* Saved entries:
——

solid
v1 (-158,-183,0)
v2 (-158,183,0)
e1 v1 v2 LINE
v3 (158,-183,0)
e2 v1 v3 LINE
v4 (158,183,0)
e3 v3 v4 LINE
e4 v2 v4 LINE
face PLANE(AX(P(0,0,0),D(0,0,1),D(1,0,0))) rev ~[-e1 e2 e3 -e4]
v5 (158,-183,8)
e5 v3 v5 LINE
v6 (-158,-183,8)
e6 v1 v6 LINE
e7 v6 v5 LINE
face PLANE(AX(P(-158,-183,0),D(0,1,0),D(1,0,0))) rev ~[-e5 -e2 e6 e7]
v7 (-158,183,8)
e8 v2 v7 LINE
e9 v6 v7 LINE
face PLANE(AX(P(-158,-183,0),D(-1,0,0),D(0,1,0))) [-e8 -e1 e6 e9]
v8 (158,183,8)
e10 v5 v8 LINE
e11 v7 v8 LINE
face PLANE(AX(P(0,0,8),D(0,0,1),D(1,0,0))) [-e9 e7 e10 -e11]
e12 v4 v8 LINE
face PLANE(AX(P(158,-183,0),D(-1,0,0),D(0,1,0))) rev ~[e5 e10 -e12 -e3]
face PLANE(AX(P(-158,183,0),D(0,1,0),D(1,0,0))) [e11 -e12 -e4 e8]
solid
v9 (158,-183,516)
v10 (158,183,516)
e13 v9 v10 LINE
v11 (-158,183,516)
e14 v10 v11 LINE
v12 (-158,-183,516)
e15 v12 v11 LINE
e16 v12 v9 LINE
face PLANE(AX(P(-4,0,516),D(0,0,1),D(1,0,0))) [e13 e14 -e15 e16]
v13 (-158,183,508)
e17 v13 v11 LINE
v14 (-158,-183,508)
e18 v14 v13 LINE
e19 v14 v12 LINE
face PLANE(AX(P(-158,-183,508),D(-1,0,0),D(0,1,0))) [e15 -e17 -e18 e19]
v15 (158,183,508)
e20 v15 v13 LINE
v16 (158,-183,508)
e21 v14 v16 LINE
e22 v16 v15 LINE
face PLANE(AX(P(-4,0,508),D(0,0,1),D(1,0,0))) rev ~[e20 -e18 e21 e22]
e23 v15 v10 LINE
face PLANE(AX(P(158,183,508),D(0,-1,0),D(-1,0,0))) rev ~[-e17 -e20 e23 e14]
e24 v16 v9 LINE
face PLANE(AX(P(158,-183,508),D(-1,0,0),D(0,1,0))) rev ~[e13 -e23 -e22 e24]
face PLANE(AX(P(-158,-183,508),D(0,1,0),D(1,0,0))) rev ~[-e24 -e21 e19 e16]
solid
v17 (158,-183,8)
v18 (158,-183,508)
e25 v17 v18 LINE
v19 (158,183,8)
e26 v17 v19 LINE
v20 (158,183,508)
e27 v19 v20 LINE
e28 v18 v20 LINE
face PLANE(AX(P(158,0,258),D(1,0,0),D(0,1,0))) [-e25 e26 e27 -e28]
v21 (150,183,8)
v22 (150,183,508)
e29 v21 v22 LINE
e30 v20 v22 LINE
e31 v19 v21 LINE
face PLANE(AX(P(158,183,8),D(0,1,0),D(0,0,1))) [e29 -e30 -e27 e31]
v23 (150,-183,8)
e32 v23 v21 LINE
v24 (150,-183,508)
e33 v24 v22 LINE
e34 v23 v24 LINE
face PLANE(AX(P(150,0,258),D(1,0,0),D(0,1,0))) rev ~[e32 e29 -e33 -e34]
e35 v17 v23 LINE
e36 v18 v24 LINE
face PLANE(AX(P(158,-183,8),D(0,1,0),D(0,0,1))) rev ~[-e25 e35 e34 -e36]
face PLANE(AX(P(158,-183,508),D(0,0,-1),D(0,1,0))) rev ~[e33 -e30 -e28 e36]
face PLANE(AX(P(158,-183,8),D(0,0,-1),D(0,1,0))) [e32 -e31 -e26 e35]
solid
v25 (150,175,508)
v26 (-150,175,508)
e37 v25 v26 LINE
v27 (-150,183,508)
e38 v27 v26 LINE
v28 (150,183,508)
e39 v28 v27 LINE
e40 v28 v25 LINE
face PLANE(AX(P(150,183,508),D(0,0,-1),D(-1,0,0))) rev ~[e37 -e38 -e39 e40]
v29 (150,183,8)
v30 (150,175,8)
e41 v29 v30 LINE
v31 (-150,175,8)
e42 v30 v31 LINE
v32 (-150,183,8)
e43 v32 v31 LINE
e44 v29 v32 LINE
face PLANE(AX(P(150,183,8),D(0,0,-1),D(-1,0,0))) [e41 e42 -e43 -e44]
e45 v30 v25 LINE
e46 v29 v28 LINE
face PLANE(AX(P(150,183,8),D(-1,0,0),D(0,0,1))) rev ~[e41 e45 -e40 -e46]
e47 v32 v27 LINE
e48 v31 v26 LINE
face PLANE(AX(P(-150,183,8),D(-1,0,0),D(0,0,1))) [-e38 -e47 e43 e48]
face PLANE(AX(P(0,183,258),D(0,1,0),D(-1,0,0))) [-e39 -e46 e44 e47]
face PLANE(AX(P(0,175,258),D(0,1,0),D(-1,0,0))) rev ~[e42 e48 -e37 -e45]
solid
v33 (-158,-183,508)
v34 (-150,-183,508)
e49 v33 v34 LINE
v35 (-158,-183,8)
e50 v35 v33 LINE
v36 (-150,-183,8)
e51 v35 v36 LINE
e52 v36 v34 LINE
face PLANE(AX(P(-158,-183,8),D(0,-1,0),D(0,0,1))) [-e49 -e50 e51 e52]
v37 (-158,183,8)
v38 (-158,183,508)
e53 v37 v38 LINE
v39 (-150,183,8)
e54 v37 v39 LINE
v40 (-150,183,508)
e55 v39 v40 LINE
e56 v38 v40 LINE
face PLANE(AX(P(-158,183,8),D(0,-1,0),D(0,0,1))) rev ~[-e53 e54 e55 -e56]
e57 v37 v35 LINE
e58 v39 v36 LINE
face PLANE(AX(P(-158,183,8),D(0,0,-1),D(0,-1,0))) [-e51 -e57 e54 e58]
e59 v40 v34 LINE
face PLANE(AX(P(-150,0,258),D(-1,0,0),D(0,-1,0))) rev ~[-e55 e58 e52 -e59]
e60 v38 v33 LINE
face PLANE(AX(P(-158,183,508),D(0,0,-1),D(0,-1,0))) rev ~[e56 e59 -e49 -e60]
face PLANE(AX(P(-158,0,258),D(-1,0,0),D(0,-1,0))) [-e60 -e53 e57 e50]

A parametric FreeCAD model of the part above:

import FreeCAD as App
import Part
import Sketcher

V = App.Vector


def add_polygon(sketch, points):
    """Adds a closed chain of lines whose ends are joined by coincident constraints."""
    first, n = sketch.GeometryCount, len(points)
    for a, b in zip(points, points[1:] + points[:1]):
        sketch.addGeometry(Part.LineSegment(App.Vector(*a, 0), App.Vector(*b, 0)), False)
    for i in range(n):
        sketch.addConstraint(Sketcher.Constraint("Coincident", first + i, 2, first + (i + 1) % n, 1))

doc = App.newDocument("Part")
body = doc.addObject("PartDesign::Body", "Body")

# Sketch on XY plane
sketch1 = body.newObject("Sketcher::SketchObject", "Sketch")
sketch1.AttachmentSupport = (doc.getObject("XY_Plane"), [""])
sketch1.MapMode = "FlatFace"
add_polygon(sketch1, [(-158, 183), (-158, -183), (158, -183), (158, 183)])  # lines 0-3
sketch1.addConstraint([
    Sketcher.Constraint("Vertical", 0),
    Sketcher.Constraint("Horizontal", 1),
    Sketcher.Constraint("Vertical", 2),
    Sketcher.Constraint("Horizontal", 3),
    Sketcher.Constraint("Symmetric", 0, 2, 2, 2, -1, 1),
    Sketcher.Constraint("DistanceX", 1, 1, 1, 2, 316.0),
    Sketcher.Constraint("DistanceY", 0, 2, 0, 1, 366.0),
])
pad1 = body.newObject("PartDesign::Pad", "Pad")
pad1.Profile = sketch1
pad1.Length = 8
body2 = doc.addObject("PartDesign::Body", "Body001")

# Sketch on YZ plane
sketch2 = body2.newObject("Sketcher::SketchObject", "Sketch001")
sketch2.AttachmentSupport = (doc.getObject("YZ_Plane001"), [""])
sketch2.MapMode = "FlatFace"
sketch2.AttachmentOffset = App.Placement(V(0, 0, 158), App.Rotation())
add_polygon(sketch2, [(-183, 508), (-183, 8), (183, 8), (183, 508)])  # lines 0-3
sketch2.addConstraint([
    Sketcher.Constraint("Vertical", 0),
    Sketcher.Constraint("Horizontal", 1),
    Sketcher.Constraint("Vertical", 2),
    Sketcher.Constraint("Horizontal", 3),
    Sketcher.Constraint("DistanceX", 1, 1, 1, 2, 366.0),
    Sketcher.Constraint("DistanceY", 0, 2, 0, 1, 500.0),
    Sketcher.Constraint("DistanceX", 0, 2, -1, 1, 183.0),
    Sketcher.Constraint("DistanceY", -1, 1, 0, 2, 8.0),
])
pad2 = body2.newObject("PartDesign::Pad", "Pad001")
pad2.Profile = sketch2
pad2.Length = 8
pad2.Reversed = True
body3 = doc.addObject("PartDesign::Body", "Body002")

# Sketch on YZ plane
sketch3 = body3.newObject("Sketcher::SketchObject", "Sketch002")
sketch3.AttachmentSupport = (doc.getObject("YZ_Plane002"), [""])
sketch3.MapMode = "FlatFace"
sketch3.AttachmentOffset = App.Placement(V(0, 0, -158), App.Rotation())
add_polygon(sketch3, [(183, 508), (183, 8), (-183, 8), (-183, 508)])  # lines 0-3
sketch3.addConstraint([
    Sketcher.Constraint("Vertical", 0),
    Sketcher.Constraint("Horizontal", 1),
    Sketcher.Constraint("Vertical", 2),
    Sketcher.Constraint("Horizontal", 3),
    Sketcher.Constraint("DistanceX", 1, 2, 1, 1, 366.0),
    Sketcher.Constraint("DistanceY", 0, 2, 0, 1, 500.0),
    Sketcher.Constraint("DistanceX", -1, 1, 0, 2, 183.0),
    Sketcher.Constraint("DistanceY", -1, 1, 0, 2, 8.0),
])
pad3 = body3.newObject("PartDesign::Pad", "Pad002")
pad3.Profile = sketch3
pad3.Length = 8
body4 = doc.addObject("PartDesign::Body", "Body003")

# Sketch on XZ plane
sketch4 = body4.newObject("Sketcher::SketchObject", "Sketch003")
sketch4.AttachmentSupport = (doc.getObject("XZ_Plane003"), [""])
sketch4.MapMode = "FlatFace"
sketch4.AttachmentOffset = App.Placement(V(0, 0, -183), App.Rotation())
add_polygon(sketch4, [(150, 508), (150, 8), (-150, 8), (-150, 508)])  # lines 0-3
sketch4.addConstraint([
    Sketcher.Constraint("Vertical", 0),
    Sketcher.Constraint("Horizontal", 1),
    Sketcher.Constraint("Vertical", 2),
    Sketcher.Constraint("Horizontal", 3),
    Sketcher.Constraint("DistanceX", 1, 2, 1, 1, 300.0),
    Sketcher.Constraint("DistanceY", 0, 2, 0, 1, 500.0),
    Sketcher.Constraint("DistanceX", -1, 1, 0, 2, 150.0),
    Sketcher.Constraint("DistanceY", -1, 1, 0, 2, 8.0),
])
pad4 = body4.newObject("PartDesign::Pad", "Pad003")
pad4.Profile = sketch4
pad4.Length = 8
body5 = doc.addObject("PartDesign::Body", "Body004")

# Sketch on XY plane
sketch5 = body5.newObject("Sketcher::SketchObject", "Sketch004")
sketch5.AttachmentSupport = (doc.getObject("XY_Plane004"), [""])
sketch5.MapMode = "FlatFace"
sketch5.AttachmentOffset = App.Placement(V(0, 0, 508), App.Rotation())
add_polygon(sketch5, [(-158, 183), (-158, -183), (158, -183), (158, 183)])  # lines 0-3
sketch5.addConstraint([
    Sketcher.Constraint("Vertical", 0),
    Sketcher.Constraint("Horizontal", 1),
    Sketcher.Constraint("Vertical", 2),
    Sketcher.Constraint("Horizontal", 3),
    Sketcher.Constraint("Symmetric", 0, 2, 2, 2, -1, 1),
    Sketcher.Constraint("DistanceX", 1, 1, 1, 2, 316.0),
    Sketcher.Constraint("DistanceY", 0, 2, 0, 1, 366.0),
])
pad5 = body5.newObject("PartDesign::Pad", "Pad004")
pad5.Profile = sketch5
pad5.Length = 8

doc.recompute()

——

* What the task requires:
The first line of the entries, the line with "e36 v18 v24 LINE", and every line between them should be retyped exactly, and nothing else.

* Answer below:
solid
v1 (-158,-183,0)
v2 (-158,183,0)
e1 v1 v2 LINE
v3 (158,-183,0)
e2 v1 v3 LINE
v4 (158,183,0)
e3 v3 v4 LINE
e4 v2 v4 LINE
face PLANE(AX(P(0,0,0),D(0,0,1),D(1,0,0))) rev ~[-e1 e2 e3 -e4]
v5 (158,-183,8)
e5 v3 v5 LINE
v6 (-158,-183,8)
e6 v1 v6 LINE
e7 v6 v5 LINE
face PLANE(AX(P(-158,-183,0),D(0,1,0),D(1,0,0))) rev ~[-e5 -e2 e6 e7]
v7 (-158,183,8)
e8 v2 v7 LINE
e9 v6 v7 LINE
face PLANE(AX(P(-158,-183,0),D(-1,0,0),D(0,1,0))) [-e8 -e1 e6 e9]
v8 (158,183,8)
e10 v5 v8 LINE
e11 v7 v8 LINE
face PLANE(AX(P(0,0,8),D(0,0,1),D(1,0,0))) [-e9 e7 e10 -e11]
e12 v4 v8 LINE
face PLANE(AX(P(158,-183,0),D(-1,0,0),D(0,1,0))) rev ~[e5 e10 -e12 -e3]
face PLANE(AX(P(-158,183,0),D(0,1,0),D(1,0,0))) [e11 -e12 -e4 e8]
solid
v9 (158,-183,516)
v10 (158,183,516)
e13 v9 v10 LINE
v11 (-158,183,516)
e14 v10 v11 LINE
v12 (-158,-183,516)
e15 v12 v11 LINE
e16 v12 v9 LINE
face PLANE(AX(P(-4,0,516),D(0,0,1),D(1,0,0))) [e13 e14 -e15 e16]
v13 (-158,183,508)
e17 v13 v11 LINE
v14 (-158,-183,508)
e18 v14 v13 LINE
e19 v14 v12 LINE
face PLANE(AX(P(-158,-183,508),D(-1,0,0),D(0,1,0))) [e15 -e17 -e18 e19]
v15 (158,183,508)
e20 v15 v13 LINE
v16 (158,-183,508)
e21 v14 v16 LINE
e22 v16 v15 LINE
face PLANE(AX(P(-4,0,508),D(0,0,1),D(1,0,0))) rev ~[e20 -e18 e21 e22]
e23 v15 v10 LINE
face PLANE(AX(P(158,183,508),D(0,-1,0),D(-1,0,0))) rev ~[-e17 -e20 e23 e14]
e24 v16 v9 LINE
face PLANE(AX(P(158,-183,508),D(-1,0,0),D(0,1,0))) rev ~[e13 -e23 -e22 e24]
face PLANE(AX(P(-158,-183,508),D(0,1,0),D(1,0,0))) rev ~[-e24 -e21 e19 e16]
solid
v17 (158,-183,8)
v18 (158,-183,508)
e25 v17 v18 LINE
v19 (158,183,8)
e26 v17 v19 LINE
v20 (158,183,508)
e27 v19 v20 LINE
e28 v18 v20 LINE
face PLANE(AX(P(158,0,258),D(1,0,0),D(0,1,0))) [-e25 e26 e27 -e28]
v21 (150,183,8)
v22 (150,183,508)
e29 v21 v22 LINE
e30 v20 v22 LINE
e31 v19 v21 LINE
face PLANE(AX(P(158,183,8),D(0,1,0),D(0,0,1))) [e29 -e30 -e27 e31]
v23 (150,-183,8)
e32 v23 v21 LINE
v24 (150,-183,508)
e33 v24 v22 LINE
e34 v23 v24 LINE
face PLANE(AX(P(150,0,258),D(1,0,0),D(0,1,0))) rev ~[e32 e29 -e33 -e34]
e35 v17 v23 LINE
e36 v18 v24 LINE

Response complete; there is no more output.